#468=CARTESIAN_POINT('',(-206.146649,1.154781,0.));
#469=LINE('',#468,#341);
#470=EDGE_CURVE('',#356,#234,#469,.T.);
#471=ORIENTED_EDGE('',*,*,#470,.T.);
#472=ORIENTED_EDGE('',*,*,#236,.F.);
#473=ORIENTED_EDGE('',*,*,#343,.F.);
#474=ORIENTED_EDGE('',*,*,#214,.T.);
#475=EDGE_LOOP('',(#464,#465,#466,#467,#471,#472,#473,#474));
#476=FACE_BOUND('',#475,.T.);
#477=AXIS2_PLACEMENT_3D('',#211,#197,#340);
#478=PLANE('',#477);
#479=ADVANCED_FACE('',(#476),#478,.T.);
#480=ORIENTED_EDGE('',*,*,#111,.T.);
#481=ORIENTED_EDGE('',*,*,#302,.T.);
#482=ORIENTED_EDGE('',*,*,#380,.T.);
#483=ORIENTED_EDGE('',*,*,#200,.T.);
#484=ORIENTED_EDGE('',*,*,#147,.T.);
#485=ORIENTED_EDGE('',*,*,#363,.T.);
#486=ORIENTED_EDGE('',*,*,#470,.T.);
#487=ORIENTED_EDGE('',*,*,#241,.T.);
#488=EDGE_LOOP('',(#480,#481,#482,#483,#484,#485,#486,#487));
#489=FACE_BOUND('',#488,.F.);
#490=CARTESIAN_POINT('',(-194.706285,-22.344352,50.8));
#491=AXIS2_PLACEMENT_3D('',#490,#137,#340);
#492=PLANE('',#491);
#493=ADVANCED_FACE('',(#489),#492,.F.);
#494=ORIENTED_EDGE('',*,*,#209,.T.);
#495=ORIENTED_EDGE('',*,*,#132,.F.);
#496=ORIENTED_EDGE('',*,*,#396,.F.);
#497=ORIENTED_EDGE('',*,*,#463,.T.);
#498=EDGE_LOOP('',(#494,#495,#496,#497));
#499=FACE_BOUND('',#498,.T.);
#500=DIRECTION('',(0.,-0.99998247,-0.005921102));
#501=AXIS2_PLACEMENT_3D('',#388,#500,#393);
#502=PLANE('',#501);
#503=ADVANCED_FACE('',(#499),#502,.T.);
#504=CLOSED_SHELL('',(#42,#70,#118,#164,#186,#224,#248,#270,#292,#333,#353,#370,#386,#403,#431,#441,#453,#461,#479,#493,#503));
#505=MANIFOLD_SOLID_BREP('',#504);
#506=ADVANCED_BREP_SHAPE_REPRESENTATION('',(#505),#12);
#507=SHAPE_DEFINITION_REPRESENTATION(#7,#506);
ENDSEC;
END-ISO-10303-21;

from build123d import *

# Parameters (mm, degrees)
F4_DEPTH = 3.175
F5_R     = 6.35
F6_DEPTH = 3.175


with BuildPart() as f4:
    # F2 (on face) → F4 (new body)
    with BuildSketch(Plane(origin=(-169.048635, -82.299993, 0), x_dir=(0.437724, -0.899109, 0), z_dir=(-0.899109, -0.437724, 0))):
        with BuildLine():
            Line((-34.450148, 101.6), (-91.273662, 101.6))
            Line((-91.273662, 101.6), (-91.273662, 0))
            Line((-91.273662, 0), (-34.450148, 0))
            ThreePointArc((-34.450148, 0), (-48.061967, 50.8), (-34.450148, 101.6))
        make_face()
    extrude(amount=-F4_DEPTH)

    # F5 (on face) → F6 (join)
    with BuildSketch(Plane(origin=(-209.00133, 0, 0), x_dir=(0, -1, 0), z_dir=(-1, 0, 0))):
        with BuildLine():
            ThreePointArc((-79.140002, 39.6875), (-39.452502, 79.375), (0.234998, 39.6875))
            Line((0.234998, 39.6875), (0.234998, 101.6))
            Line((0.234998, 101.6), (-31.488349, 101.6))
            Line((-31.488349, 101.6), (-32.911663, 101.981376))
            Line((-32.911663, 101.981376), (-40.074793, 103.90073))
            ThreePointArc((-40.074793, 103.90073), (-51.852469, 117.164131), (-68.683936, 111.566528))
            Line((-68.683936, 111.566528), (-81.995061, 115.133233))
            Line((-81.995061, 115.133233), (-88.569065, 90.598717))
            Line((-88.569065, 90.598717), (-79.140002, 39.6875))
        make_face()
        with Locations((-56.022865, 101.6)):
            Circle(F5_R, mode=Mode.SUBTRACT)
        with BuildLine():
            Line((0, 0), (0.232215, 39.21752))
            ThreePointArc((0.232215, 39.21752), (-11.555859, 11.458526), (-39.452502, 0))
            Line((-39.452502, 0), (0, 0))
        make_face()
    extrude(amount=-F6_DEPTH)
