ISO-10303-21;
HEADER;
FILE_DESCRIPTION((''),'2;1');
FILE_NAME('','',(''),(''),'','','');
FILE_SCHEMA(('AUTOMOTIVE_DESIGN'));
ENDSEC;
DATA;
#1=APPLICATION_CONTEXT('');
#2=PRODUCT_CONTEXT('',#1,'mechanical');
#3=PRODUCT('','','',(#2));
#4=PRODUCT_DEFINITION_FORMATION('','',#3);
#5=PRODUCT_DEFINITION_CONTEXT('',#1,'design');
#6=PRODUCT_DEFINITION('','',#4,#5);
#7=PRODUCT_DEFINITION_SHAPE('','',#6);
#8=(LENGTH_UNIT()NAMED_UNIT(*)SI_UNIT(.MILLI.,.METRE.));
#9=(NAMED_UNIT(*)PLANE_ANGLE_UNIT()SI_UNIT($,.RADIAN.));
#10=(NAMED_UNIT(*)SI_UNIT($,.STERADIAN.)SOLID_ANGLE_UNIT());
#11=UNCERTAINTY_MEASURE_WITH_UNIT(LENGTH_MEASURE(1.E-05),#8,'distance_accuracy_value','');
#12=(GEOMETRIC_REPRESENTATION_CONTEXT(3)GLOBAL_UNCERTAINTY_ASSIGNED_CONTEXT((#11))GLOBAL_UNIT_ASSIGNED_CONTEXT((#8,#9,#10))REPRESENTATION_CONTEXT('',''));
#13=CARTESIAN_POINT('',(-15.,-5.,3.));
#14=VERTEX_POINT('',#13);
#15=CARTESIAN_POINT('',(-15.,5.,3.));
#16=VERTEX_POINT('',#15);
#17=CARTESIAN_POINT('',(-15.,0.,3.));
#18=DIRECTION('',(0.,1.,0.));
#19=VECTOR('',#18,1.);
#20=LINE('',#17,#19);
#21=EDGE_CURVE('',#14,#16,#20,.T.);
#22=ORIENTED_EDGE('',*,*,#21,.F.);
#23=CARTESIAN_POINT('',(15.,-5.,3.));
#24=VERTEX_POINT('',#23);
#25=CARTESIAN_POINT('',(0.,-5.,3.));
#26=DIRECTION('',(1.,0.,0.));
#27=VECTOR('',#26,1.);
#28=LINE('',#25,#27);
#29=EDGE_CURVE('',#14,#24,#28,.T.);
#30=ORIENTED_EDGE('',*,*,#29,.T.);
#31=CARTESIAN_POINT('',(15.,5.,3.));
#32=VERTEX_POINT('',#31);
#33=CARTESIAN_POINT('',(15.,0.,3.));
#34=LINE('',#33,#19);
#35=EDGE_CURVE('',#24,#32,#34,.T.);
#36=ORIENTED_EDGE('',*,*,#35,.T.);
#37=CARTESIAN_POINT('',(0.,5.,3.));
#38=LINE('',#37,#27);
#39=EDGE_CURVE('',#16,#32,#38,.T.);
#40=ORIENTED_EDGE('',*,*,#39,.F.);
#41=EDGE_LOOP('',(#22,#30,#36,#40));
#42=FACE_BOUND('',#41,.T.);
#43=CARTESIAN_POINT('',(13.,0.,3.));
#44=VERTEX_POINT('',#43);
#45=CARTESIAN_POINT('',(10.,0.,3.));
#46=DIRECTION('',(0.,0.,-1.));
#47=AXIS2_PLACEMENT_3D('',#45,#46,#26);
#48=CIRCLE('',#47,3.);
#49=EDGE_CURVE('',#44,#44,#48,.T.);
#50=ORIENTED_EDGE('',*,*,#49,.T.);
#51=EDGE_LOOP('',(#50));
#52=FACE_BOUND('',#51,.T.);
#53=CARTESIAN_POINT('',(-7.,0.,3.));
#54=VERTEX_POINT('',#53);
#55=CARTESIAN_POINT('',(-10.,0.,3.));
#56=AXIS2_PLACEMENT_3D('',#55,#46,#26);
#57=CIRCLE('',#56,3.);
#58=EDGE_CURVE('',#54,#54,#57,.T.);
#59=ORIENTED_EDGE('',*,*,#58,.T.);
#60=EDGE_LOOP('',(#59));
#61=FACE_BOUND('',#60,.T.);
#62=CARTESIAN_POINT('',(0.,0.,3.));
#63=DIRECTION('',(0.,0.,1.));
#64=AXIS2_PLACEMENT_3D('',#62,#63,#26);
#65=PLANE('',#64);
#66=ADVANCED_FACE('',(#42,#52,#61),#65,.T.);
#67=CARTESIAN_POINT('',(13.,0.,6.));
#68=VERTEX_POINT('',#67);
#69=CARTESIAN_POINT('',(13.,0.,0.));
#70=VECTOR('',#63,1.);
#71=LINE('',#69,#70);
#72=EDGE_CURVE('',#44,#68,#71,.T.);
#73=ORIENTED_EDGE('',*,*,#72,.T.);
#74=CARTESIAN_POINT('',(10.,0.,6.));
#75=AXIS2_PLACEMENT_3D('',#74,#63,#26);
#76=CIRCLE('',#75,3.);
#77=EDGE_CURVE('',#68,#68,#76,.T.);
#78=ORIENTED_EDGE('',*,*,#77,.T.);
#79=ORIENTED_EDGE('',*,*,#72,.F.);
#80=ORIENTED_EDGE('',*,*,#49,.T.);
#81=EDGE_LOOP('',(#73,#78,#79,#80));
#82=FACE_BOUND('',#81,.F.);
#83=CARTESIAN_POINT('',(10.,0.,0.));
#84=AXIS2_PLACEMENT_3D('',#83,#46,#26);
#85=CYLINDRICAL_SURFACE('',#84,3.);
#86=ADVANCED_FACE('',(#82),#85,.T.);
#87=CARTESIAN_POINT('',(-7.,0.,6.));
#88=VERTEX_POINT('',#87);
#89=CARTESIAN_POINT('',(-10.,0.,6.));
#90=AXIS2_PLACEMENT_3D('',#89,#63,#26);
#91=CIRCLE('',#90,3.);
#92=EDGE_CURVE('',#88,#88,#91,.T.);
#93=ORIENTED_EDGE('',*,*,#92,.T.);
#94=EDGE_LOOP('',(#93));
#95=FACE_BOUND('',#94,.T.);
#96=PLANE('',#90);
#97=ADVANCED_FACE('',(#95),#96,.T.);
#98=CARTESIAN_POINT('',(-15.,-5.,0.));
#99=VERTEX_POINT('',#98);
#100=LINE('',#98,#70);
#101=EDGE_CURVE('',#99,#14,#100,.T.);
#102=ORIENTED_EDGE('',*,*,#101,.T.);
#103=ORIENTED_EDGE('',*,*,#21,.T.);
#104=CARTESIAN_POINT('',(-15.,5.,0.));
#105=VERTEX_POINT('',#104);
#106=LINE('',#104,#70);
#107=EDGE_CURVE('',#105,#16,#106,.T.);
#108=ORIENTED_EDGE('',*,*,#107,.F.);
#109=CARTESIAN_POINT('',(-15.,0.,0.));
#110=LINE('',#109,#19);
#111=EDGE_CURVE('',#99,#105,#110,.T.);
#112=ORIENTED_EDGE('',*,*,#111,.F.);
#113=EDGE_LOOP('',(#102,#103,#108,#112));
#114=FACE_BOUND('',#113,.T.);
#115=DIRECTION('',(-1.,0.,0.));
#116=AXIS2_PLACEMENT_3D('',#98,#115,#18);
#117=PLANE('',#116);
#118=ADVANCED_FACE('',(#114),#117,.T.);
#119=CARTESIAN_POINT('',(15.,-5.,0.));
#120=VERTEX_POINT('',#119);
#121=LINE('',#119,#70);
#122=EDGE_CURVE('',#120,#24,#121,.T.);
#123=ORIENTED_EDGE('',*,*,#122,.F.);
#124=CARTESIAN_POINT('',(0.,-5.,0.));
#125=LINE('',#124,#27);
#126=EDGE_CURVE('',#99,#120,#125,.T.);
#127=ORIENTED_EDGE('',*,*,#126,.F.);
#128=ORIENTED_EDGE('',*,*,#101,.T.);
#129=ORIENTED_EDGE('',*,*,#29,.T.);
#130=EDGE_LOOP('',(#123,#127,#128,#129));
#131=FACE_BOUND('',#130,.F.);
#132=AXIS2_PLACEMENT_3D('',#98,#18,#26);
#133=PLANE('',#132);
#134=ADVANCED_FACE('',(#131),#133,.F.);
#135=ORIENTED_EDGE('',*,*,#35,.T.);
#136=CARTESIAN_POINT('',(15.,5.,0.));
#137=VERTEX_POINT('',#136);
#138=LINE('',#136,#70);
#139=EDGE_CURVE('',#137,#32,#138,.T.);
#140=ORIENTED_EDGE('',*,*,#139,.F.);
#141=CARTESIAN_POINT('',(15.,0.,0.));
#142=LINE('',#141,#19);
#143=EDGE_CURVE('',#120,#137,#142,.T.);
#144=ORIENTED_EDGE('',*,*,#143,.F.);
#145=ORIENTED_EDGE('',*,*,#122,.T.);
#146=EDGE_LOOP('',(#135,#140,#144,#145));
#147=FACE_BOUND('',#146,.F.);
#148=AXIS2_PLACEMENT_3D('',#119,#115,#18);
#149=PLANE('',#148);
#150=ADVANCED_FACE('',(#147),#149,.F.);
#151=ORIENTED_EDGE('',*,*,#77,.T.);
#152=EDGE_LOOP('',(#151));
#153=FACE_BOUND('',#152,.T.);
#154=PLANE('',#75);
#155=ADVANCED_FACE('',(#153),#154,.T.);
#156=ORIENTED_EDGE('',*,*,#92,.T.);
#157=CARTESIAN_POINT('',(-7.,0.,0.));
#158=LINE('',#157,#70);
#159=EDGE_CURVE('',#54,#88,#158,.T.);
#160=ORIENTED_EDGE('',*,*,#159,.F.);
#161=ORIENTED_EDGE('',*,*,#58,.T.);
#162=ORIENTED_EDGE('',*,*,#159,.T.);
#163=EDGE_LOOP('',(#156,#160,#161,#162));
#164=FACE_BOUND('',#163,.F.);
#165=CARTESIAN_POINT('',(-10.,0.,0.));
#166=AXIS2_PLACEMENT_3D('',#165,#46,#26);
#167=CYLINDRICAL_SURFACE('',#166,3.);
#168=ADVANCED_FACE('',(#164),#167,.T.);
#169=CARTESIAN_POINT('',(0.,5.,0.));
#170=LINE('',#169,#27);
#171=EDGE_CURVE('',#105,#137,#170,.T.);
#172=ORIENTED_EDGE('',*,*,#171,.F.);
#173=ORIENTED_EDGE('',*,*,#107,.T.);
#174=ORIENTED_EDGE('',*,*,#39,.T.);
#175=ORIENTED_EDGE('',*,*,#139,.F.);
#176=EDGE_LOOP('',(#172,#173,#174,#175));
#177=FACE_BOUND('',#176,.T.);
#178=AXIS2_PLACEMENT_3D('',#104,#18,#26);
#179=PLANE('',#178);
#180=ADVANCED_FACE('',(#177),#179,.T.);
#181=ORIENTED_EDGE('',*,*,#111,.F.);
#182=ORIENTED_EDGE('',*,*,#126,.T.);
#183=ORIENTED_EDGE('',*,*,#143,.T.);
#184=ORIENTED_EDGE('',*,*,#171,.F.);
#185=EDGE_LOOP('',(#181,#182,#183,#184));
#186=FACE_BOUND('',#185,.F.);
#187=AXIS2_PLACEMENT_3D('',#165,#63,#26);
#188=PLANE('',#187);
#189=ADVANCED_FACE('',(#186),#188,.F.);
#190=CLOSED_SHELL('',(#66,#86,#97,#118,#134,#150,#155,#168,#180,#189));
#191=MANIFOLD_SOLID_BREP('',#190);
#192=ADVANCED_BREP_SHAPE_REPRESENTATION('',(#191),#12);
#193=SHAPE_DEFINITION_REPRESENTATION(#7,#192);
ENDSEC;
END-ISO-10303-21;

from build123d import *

# Parameters (mm, degrees)
F0_W     = 30
F0_H     = 10
F0_R     = 3
F1_DEPTH = 3
F2_DEPTH = 6


with BuildPart() as f1:
    # F0 (on Top) → F1 (new body)
    with BuildSketch(Plane.XY):
        Rectangle(F0_W, F0_H)
        with Locations((-10, 0)):
            Circle(F0_R, mode=Mode.SUBTRACT)
        with Locations((10, 0)):
            Circle(F0_R, mode=Mode.SUBTRACT)
        with Locations((10, 0)):
            Circle(F0_R)
        with Locations((-10, 0)):
            Circle(F0_R)
    extrude(amount=F1_DEPTH)

    # F0 (on Top) → F2 (join)
    with BuildSketch(Plane.XY):
        with Locations((-10, 0)):
            Circle(F0_R)
        with Locations((10, 0)):
            Circle(F0_R)
    extrude(amount=F2_DEPTH)


solid = f1.part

++++++

→ Brief:
Return only the lines spanning from the first line of the material through the line with "#489=FACE_BOUND('',#488,.F.);", copied exactly, both ends kept.

→ Exercise solution:
#468=CARTESIAN_POINT('',(-206.146649,1.154781,0.));
#469=LINE('',#468,#341);
#470=EDGE_CURVE('',#356,#234,#469,.T.);
#471=ORIENTED_EDGE('',*,*,#470,.T.);
#472=ORIENTED_EDGE('',*,*,#236,.F.);
#473=ORIENTED_EDGE('',*,*,#343,.F.);
#474=ORIENTED_EDGE('',*,*,#214,.T.);
#475=EDGE_LOOP('',(#464,#465,#466,#467,#471,#472,#473,#474));
#476=FACE_BOUND('',#475,.T.);
#477=AXIS2_PLACEMENT_3D('',#211,#197,#340);
#478=PLANE('',#477);
#479=ADVANCED_FACE('',(#476),#478,.T.);
#480=ORIENTED_EDGE('',*,*,#111,.T.);
#481=ORIENTED_EDGE('',*,*,#302,.T.);
#482=ORIENTED_EDGE('',*,*,#380,.T.);
#483=ORIENTED_EDGE('',*,*,#200,.T.);
#484=ORIENTED_EDGE('',*,*,#147,.T.);
#485=ORIENTED_EDGE('',*,*,#363,.T.);
#486=ORIENTED_EDGE('',*,*,#470,.T.);
#487=ORIENTED_EDGE('',*,*,#241,.T.);
#488=EDGE_LOOP('',(#480,#481,#482,#483,#484,#485,#486,#487));
#489=FACE_BOUND('',#488,.F.);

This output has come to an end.